» Task statement:
For the records that follow, please set down exactly the lines between the one holding "F10_DEPTH = 40.001" and the one holding "fillet(f6_edges, radius=F6_R)", inclusive, and only those.
+ + + +
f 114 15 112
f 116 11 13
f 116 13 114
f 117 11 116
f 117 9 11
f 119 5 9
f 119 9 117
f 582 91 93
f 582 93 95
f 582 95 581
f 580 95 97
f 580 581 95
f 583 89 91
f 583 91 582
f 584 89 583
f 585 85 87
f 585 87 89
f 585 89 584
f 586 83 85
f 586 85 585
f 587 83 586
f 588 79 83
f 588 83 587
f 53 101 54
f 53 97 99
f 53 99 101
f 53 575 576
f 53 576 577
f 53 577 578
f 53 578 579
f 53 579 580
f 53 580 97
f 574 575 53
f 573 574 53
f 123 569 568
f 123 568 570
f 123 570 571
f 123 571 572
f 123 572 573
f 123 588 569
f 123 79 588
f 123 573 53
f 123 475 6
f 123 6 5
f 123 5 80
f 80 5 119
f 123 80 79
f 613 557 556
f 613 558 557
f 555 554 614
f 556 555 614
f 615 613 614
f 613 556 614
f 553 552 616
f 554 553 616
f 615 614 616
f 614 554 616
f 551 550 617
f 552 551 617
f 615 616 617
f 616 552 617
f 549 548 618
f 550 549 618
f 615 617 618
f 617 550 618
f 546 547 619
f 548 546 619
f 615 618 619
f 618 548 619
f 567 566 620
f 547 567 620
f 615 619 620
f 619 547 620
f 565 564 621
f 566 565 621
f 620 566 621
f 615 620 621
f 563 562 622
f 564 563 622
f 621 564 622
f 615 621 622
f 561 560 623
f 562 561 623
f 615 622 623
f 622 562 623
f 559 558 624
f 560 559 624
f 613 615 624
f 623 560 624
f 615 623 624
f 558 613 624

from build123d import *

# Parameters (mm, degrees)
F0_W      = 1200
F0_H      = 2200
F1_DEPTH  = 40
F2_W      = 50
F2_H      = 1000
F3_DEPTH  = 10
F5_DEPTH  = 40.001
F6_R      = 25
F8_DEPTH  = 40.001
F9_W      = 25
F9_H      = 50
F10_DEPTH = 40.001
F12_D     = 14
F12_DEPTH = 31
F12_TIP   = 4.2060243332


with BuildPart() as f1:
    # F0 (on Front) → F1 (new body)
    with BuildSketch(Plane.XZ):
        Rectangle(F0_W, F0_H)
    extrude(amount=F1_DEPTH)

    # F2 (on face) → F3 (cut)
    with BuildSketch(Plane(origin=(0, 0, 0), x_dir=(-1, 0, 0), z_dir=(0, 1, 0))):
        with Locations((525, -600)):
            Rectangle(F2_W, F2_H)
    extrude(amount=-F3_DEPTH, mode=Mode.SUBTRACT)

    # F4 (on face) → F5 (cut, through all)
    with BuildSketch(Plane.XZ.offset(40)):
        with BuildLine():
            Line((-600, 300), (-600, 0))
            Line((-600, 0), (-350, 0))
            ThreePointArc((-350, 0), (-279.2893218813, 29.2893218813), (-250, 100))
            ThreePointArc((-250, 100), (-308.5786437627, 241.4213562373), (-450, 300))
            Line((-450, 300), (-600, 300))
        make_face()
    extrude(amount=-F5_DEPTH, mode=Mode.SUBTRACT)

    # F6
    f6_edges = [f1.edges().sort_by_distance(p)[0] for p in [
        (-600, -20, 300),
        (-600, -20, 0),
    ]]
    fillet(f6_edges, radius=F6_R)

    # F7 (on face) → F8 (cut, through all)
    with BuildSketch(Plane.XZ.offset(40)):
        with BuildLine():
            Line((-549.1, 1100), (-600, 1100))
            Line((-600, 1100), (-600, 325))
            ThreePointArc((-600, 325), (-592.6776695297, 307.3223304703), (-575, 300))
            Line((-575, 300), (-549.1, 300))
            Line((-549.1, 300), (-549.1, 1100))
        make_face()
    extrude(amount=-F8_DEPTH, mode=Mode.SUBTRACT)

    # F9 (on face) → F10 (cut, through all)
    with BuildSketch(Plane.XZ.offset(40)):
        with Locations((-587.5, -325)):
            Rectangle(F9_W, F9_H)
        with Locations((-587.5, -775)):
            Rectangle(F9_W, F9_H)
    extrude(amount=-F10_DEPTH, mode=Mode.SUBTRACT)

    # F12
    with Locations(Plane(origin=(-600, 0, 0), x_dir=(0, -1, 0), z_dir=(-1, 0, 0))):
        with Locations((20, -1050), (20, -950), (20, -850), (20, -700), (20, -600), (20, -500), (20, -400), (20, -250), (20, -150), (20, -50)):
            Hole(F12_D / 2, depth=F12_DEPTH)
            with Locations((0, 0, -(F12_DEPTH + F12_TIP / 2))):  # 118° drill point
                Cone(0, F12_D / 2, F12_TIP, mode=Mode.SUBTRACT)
+ + + +
» Exercise output:
F10_DEPTH = 40.001
F12_D     = 14
F12_DEPTH = 31
F12_TIP   = 4.2060243332


with BuildPart() as f1:
    # F0 (on Front) → F1 (new body)
    with BuildSketch(Plane.XZ):
        Rectangle(F0_W, F0_H)
    extrude(amount=F1_DEPTH)

    # F2 (on face) → F3 (cut)
    with BuildSketch(Plane(origin=(0, 0, 0), x_dir=(-1, 0, 0), z_dir=(0, 1, 0))):
        with Locations((525, -600)):
            Rectangle(F2_W, F2_H)
    extrude(amount=-F3_DEPTH, mode=Mode.SUBTRACT)

    # F4 (on face) → F5 (cut, through all)
    with BuildSketch(Plane.XZ.offset(40)):
        with BuildLine():
            Line((-600, 300), (-600, 0))
            Line((-600, 0), (-350, 0))
            ThreePointArc((-350, 0), (-279.2893218813, 29.2893218813), (-250, 100))
            ThreePointArc((-250, 100), (-308.5786437627, 241.4213562373), (-450, 300))
            Line((-450, 300), (-600, 300))
        make_face()
    extrude(amount=-F5_DEPTH, mode=Mode.SUBTRACT)

    # F6
    f6_edges = [f1.edges().sort_by_distance(p)[0] for p in [
        (-600, -20, 300),
        (-600, -20, 0),
    ]]
    fillet(f6_edges, radius=F6_R)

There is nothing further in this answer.